The woman got on the snowmobile and motioned for Hallie to sit behind her. The wind had picked up. “Does it always blow like this?” Hallie asked.

“No.”

“That’s good.”

“What I meant, it’s usually stronger.”

Before she gunned the engine, the woman peered over her shoulder at Hallie. “I
got
it. You’re replacing that Beaker who died, right? What’s-her-name.”

“Her name was Emily Durant,” Hallie said.

2


WELCOME TO ARSE,

THE BARREL-SHAPED WOMAN ANNOUNCED.

STANDS FOR
—”

“I got it. ASRS. Amundsen-Scott Research Station.” Hallie had regained her breath. “It looks like a Motel 6 on stilts.”

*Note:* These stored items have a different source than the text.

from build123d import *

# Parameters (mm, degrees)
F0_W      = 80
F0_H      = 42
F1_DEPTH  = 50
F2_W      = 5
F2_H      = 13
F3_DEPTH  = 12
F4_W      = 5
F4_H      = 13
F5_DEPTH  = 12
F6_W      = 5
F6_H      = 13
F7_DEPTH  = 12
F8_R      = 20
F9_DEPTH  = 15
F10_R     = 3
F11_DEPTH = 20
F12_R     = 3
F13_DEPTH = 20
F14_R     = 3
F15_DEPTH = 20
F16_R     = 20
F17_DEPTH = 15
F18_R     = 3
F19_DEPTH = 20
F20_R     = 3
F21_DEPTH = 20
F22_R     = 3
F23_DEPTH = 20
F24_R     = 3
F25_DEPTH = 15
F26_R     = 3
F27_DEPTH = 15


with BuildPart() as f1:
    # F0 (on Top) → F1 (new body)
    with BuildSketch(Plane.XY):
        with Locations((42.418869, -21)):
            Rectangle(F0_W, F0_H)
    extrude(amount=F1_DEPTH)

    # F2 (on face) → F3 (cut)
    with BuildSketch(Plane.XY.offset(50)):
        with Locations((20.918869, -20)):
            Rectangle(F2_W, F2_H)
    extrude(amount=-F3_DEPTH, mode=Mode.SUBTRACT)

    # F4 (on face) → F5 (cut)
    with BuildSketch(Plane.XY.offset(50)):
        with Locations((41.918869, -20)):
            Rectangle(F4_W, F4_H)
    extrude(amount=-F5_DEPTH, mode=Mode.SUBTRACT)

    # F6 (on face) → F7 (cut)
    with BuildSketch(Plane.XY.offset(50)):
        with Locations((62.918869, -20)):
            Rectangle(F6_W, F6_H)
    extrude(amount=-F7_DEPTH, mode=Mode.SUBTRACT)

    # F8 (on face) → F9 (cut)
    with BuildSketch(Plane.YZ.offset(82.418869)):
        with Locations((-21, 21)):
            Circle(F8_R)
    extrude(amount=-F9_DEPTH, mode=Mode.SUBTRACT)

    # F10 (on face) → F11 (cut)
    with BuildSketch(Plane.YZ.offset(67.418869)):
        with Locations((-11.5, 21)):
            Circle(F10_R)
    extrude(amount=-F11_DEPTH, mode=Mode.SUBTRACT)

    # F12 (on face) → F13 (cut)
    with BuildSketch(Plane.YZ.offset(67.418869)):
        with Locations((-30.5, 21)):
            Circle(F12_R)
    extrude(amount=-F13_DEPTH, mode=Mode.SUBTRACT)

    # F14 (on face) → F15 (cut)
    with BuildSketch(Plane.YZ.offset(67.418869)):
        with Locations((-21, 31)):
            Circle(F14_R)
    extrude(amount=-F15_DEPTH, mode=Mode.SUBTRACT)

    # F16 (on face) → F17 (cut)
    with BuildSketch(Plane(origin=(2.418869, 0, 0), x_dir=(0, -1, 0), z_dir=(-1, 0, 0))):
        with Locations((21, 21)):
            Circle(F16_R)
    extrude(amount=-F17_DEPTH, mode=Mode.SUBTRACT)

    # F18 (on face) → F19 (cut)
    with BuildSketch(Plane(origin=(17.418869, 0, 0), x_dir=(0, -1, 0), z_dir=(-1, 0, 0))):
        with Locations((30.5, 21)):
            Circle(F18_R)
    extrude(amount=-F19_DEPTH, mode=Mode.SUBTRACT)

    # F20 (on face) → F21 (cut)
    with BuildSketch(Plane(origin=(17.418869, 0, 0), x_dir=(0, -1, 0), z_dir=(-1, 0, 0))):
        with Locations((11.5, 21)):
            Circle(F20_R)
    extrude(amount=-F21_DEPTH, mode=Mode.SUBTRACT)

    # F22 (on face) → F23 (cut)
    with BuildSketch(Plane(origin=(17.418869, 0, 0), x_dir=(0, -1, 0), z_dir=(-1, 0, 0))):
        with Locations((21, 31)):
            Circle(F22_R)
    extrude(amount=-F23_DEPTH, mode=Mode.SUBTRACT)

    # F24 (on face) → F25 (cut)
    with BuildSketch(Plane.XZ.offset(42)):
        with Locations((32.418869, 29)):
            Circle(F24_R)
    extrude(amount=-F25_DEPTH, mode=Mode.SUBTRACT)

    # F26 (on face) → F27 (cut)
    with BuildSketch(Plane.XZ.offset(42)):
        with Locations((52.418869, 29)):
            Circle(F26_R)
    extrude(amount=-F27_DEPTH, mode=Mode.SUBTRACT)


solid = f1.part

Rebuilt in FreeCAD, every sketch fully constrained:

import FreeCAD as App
import Part
import Sketcher
from FreeCAD import Vector
Q = App.Units.Quantity


def add_polygon(sketch, points):
    """Adds a closed chain of lines whose ends are joined by coincident constraints."""
    first, n = sketch.GeometryCount, len(points)
    for a, b in zip(points, points[1:] + points[:1]):
        sketch.addGeometry(Part.LineSegment(App.Vector(*a, 0), App.Vector(*b, 0)), False)
    for i in range(n):
        sketch.addConstraint(Sketcher.Constraint("Coincident", first + i, 2, first + (i + 1) % n, 1))

doc = App.newDocument("Part")
body = doc.addObject("PartDesign::Body", "Body")

sketch1 = body.newObject("Sketcher::SketchObject", "Sketch")
sketch1.AttachmentSupport = (doc.getObject("XY_Plane"), [""])
sketch1.MapMode = "FlatFace"
add_polygon(sketch1, [(2.418869, 0), (2.418869, -42), (82.418869, -42), (82.418869, 0)])
sketch1.addConstraint([
    Sketcher.Constraint("Vertical", 0),
    Sketcher.Constraint("Horizontal", 1),
    Sketcher.Constraint("Vertical", 2),
    Sketcher.Constraint("Horizontal", 3),
    Sketcher.Constraint("PointOnObject", 2, 2, -1),
    Sketcher.Constraint("DistanceX", 1, 1, 1, 2, Q("80 mm")),
    Sketcher.Constraint("DistanceY", 0, 2, 0, 1, Q("42 mm")),
    Sketcher.Constraint("DistanceX", -1, 1, 0, 2, Q("2.418869 mm")),
])
pad1 = body.newObject("PartDesign::Pad", "Pad")
pad1.Profile = sketch1
pad1.Length = 50

sketch2 = body.newObject("Sketcher::SketchObject", "Sketch001")
sketch2.AttachmentSupport = (doc.getObject("XY_Plane"), [""])
sketch2.MapMode = "FlatFace"
sketch2.AttachmentOffset = App.Placement(Vector(0, 0, 50), App.Rotation())
add_polygon(sketch2, [(18.418869, -13.5), (18.418869, -26.5), (23.418869, -26.5), (23.418869, -13.5)])
sketch2.addConstraint([
    Sketcher.Constraint("Vertical", 0),
    Sketcher.Constraint("Horizontal", 1),
    Sketcher.Constraint("Vertical", 2),
    Sketcher.Constraint("Horizontal", 3),
    Sketcher.Constraint("DistanceX", 1, 1, 1, 2, Q("5 mm")),
    Sketcher.Constraint("DistanceY", 0, 2, 0, 1, Q("13 mm")),
    Sketcher.Constraint("DistanceY", 0, 2, -1, 1, Q("26.5 mm")),
    Sketcher.Constraint("DistanceX", -1, 1, 0, 2, Q("18.418869 mm")),
])
pocket1 = body.newObject("PartDesign::Pocket", "Pocket")
pocket1.Profile = sketch2
pocket1.Length = 12

sketch3 = body.newObject("Sketcher::SketchObject", "Sketch002")
sketch3.AttachmentSupport = (doc.getObject("XY_Plane"), [""])
sketch3.MapMode = "FlatFace"
sketch3.AttachmentOffset = App.Placement(Vector(0, 0, 50), App.Rotation())
add_polygon(sketch3, [(39.418869, -13.5), (39.418869, -26.5), (44.418869, -26.5), (44.418869, -13.5)])
sketch3.addConstraint([
    Sketcher.Constraint("Vertical", 0),
    Sketcher.Constraint("Horizontal", 1),
    Sketcher.Constraint("Vertical", 2),
    Sketcher.Constraint("Horizontal", 3),
    Sketcher.Constraint("DistanceX", 1, 1, 1, 2, Q("5 mm")),
    Sketcher.Constraint("DistanceY", 0, 2, 0, 1, Q("13 mm")),
    Sketcher.Constraint("DistanceY", 0, 2, -1, 1, Q("26.5 mm")),
    Sketcher.Constraint("DistanceX", -1, 1, 0, 2, Q("39.418869 mm")),
])
pocket2 = body.newObject("PartDesign::Pocket", "Pocket001")
pocket2.Profile = sketch3
pocket2.Length = 12

sketch4 = body.newObject("Sketcher::SketchObject", "Sketch003")
sketch4.AttachmentSupport = (doc.getObject("XY_Plane"), [""])
sketch4.MapMode = "FlatFace"
sketch4.AttachmentOffset = App.Placement(Vector(0, 0, 50), App.Rotation())
add_polygon(sketch4, [(60.418869, -13.5), (60.418869, -26.5), (65.418869, -26.5), (65.418869, -13.5)])
sketch4.addConstraint([
    Sketcher.Constraint("Vertical", 0),
    Sketcher.Constraint("Horizontal", 1),
    Sketcher.Constraint("Vertical", 2),
    Sketcher.Constraint("Horizontal", 3),
    Sketcher.Constraint("DistanceX", 1, 1, 1, 2, Q("5 mm")),
    Sketcher.Constraint("DistanceY", 0, 2, 0, 1, Q("13 mm")),
    Sketcher.Constraint("DistanceY", 0, 2, -1, 1, Q("26.5 mm")),
    Sketcher.Constraint("DistanceX", -1, 1, 0, 2, Q("60.418869 mm")),
])
pocket3 = body.newObject("PartDesign::Pocket", "Pocket002")
pocket3.Profile = sketch4
pocket3.Length = 12

sketch5 = body.newObject("Sketcher::SketchObject", "Sketch004")
sketch5.AttachmentSupport = (doc.getObject("YZ_Plane"), [""])
sketch5.MapMode = "FlatFace"
sketch5.AttachmentOffset = App.Placement(Vector(0, 0, 82.418869), App.Rotation())
sketch5.addGeometry(Part.Circle(Vector(-21, 21, 0), Vector(0, 0, 1), 20), False)
sketch5.addConstraint([
    Sketcher.Constraint("Diameter", 0, Q("40 mm")),
    Sketcher.Constraint("DistanceX", 0, 3, -1, 1, Q("21 mm")),
    Sketcher.Constraint("DistanceY", -1, 1, 0, 3, Q("21 mm")),
])
pocket4 = body.newObject("PartDesign::Pocket", "Pocket003")
pocket4.Profile = sketch5
pocket4.Length = 15

sketch6 = body.newObject("Sketcher::SketchObject", "Sketch005")
sketch6.AttachmentSupport = (doc.getObject("YZ_Plane"), [""])
sketch6.MapMode = "FlatFace"
sketch6.AttachmentOffset = App.Placement(Vector(0, 0, 67.418869), App.Rotation())
sketch6.addGeometry(Part.Circle(Vector(-11.5, 21, 0), Vector(0, 0, 1), 3), False)
sketch6.addConstraint([
    Sketcher.Constraint("Diameter", 0, Q("6 mm")),
    Sketcher.Constraint("DistanceY", -1, 1, 0, 3, Q("21 mm")),
    Sketcher.Constraint("DistanceX", 0, 3, -1, 1, Q("11.5 mm")),
])
pocket5 = body.newObject("PartDesign::Pocket", "Pocket004")
pocket5.Profile = sketch6
pocket5.Length = 20

sketch7 = body.newObject("Sketcher::SketchObject", "Sketch006")
sketch7.AttachmentSupport = (doc.getObject("YZ_Plane"), [""])
sketch7.MapMode = "FlatFace"
sketch7.AttachmentOffset = App.Placement(Vector(0, 0, 67.418869), App.Rotation())
sketch7.addGeometry(Part.Circle(Vector(-30.5, 21, 0), Vector(0, 0, 1), 3), False)
sketch7.addConstraint([
    Sketcher.Constraint("Diameter", 0, Q("6 mm")),
    Sketcher.Constraint("DistanceY", -1, 1, 0, 3, Q("21 mm")),
    Sketcher.Constraint("DistanceX", 0, 3, -1, 1, Q("30.5 mm")),
])
pocket6 = body.newObject("PartDesign::Pocket", "Pocket005")
pocket6.Profile = sketch7
pocket6.Length = 20

sketch8 = body.newObject("Sketcher::SketchObject", "Sketch007")
sketch8.AttachmentSupport = (doc.getObject("YZ_Plane"), [""])
sketch8.MapMode = "FlatFace"
sketch8.AttachmentOffset = App.Placement(Vector(0, 0, 67.418869), App.Rotation())
sketch8.addGeometry(Part.Circle(Vector(-21, 31, 0), Vector(0, 0, 1), 3), False)
sketch8.addConstraint([
    Sketcher.Constraint("Diameter", 0, Q("6 mm")),
    Sketcher.Constraint("DistanceX", 0, 3, -1, 1, Q("21 mm")),
    Sketcher.Constraint("DistanceY", -1, 1, 0, 3, Q("31 mm")),
])
pocket7 = body.newObject("PartDesign::Pocket", "Pocket006")
pocket7.Profile = sketch8
pocket7.Length = 20

sketch9 = body.newObject("Sketcher::SketchObject", "Sketch008")
sketch9.AttachmentSupport = (doc.getObject("YZ_Plane"), [""])
sketch9.MapMode = "FlatFace"
sketch9.AttachmentOffset = App.Placement(Vector(0, 0, 2.418869), App.Rotation())
sketch9.addGeometry(Part.Circle(Vector(-21, 21, 0), Vector(0, 0, 1), 20), False)
sketch9.addConstraint([
    Sketcher.Constraint("Diameter", 0, Q("40 mm")),
    Sketcher.Constraint("DistanceX", 0, 3, -1, 1, Q("21 mm")),
    Sketcher.Constraint("DistanceY", -1, 1, 0, 3, Q("21 mm")),
])
pocket8 = body.newObject("PartDesign::Pocket", "Pocket007")
pocket8.Profile = sketch9
pocket8.Length = 15
pocket8.Reversed = True

sketch10 = body.newObject("Sketcher::SketchObject", "Sketch009")
sketch10.AttachmentSupport = (doc.getObject("YZ_Plane"), [""])
sketch10.MapMode = "FlatFace"
sketch10.AttachmentOffset = App.Placement(Vector(0, 0, 17.418869), App.Rotation())
sketch10.addGeometry(Part.Circle(Vector(-30.5, 21, 0), Vector(0, 0, 1), 3), False)
sketch10.addConstraint([
    Sketcher.Constraint("Diameter", 0, Q("6 mm")),
    Sketcher.Constraint("DistanceY", -1, 1, 0, 3, Q("21 mm")),
    Sketcher.Constraint("DistanceX", 0, 3, -1, 1, Q("30.5 mm")),
])
pocket9 = body.newObject("PartDesign::Pocket", "Pocket008")
pocket9.Profile = sketch10
pocket9.Length = 20
pocket9.Reversed = True

sketch11 = body.newObject("Sketcher::SketchObject", "Sketch010")
sketch11.AttachmentSupport = (doc.getObject("YZ_Plane"), [""])
sketch11.MapMode = "FlatFace"
sketch11.AttachmentOffset = App.Placement(Vector(0, 0, 17.418869), App.Rotation())
sketch11.addGeometry(Part.Circle(Vector(-11.5, 21, 0), Vector(0, 0, 1), 3), False)
sketch11.addConstraint([
    Sketcher.Constraint("Diameter", 0, Q("6 mm")),
    Sketcher.Constraint("DistanceY", -1, 1, 0, 3, Q("21 mm")),
    Sketcher.Constraint("DistanceX", 0, 3, -1, 1, Q("11.5 mm")),
])
pocket10 = body.newObject("PartDesign::Pocket", "Pocket009")
pocket10.Profile = sketch11
pocket10.Length = 20
pocket10.Reversed = True

sketch12 = body.newObject("Sketcher::SketchObject", "Sketch011")
sketch12.AttachmentSupport = (doc.getObject("YZ_Plane"), [""])
sketch12.MapMode = "FlatFace"
sketch12.AttachmentOffset = App.Placement(Vector(0, 0, 17.418869), App.Rotation())
sketch12.addGeometry(Part.Circle(Vector(-21, 31, 0), Vector(0, 0, 1), 3), False)
sketch12.addConstraint([
    Sketcher.Constraint("Diameter", 0, Q("6 mm")),
    Sketcher.Constraint("DistanceX", 0, 3, -1, 1, Q("21 mm")),
    Sketcher.Constraint("DistanceY", -1, 1, 0, 3, Q("31 mm")),
])
pocket11 = body.newObject("PartDesign::Pocket", "Pocket010")
pocket11.Profile = sketch12
pocket11.Length = 20
pocket11.Reversed = True

sketch13 = body.newObject("Sketcher::SketchObject", "Sketch012")
sketch13.AttachmentSupport = (doc.getObject("XZ_Plane"), [""])
sketch13.MapMode = "FlatFace"
sketch13.AttachmentOffset = App.Placement(Vector(0, 0, 42), App.Rotation())
sketch13.addGeometry(Part.Circle(Vector(32.418869, 29, 0), Vector(0, 0, 1), 3), False)
sketch13.addConstraint([
    Sketcher.Constraint("Diameter", 0, Q("6 mm")),
    Sketcher.Constraint("DistanceY", -1, 1, 0, 3, Q("29 mm")),
    Sketcher.Constraint("DistanceX", -1, 1, 0, 3, Q("32.418869 mm")),
])
pocket12 = body.newObject("PartDesign::Pocket", "Pocket011")
pocket12.Profile = sketch13
pocket12.Length = 15

sketch14 = body.newObject("Sketcher::SketchObject", "Sketch013")
sketch14.AttachmentSupport = (doc.getObject("XZ_Plane"), [""])
sketch14.MapMode = "FlatFace"
sketch14.AttachmentOffset = App.Placement(Vector(0, 0, 42), App.Rotation())
sketch14.addGeometry(Part.Circle(Vector(52.418869, 29, 0), Vector(0, 0, 1), 3), False)
sketch14.addConstraint([
    Sketcher.Constraint("Diameter", 0, Q("6 mm")),
    Sketcher.Constraint("DistanceY", -1, 1, 0, 3, Q("29 mm")),
    Sketcher.Constraint("DistanceX", -1, 1, 0, 3, Q("52.418869 mm")),
])
pocket13 = body.newObject("PartDesign::Pocket", "Pocket012")
pocket13.Profile = sketch14
pocket13.Length = 15

doc.recompute()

They were standing beside the parked snowmo at the bottom of the yellow stairs that rose to the station’s main entrance.

“Wind blows underneath, stops snow buildup. Otherwise, five years, we’re buried. Just like Old Pole.”

“Everything happens here? Living, research, all of it?”

“Now it does. Summer people are gone. Beakers are finishing up projects. And there’s a skeleton crew of Draggers.”

“Beakers? Draggers?”

“Pole slang. Scientists are Beakers. Support workers are Draggers like me. As in ‘knuckle draggers.’ ”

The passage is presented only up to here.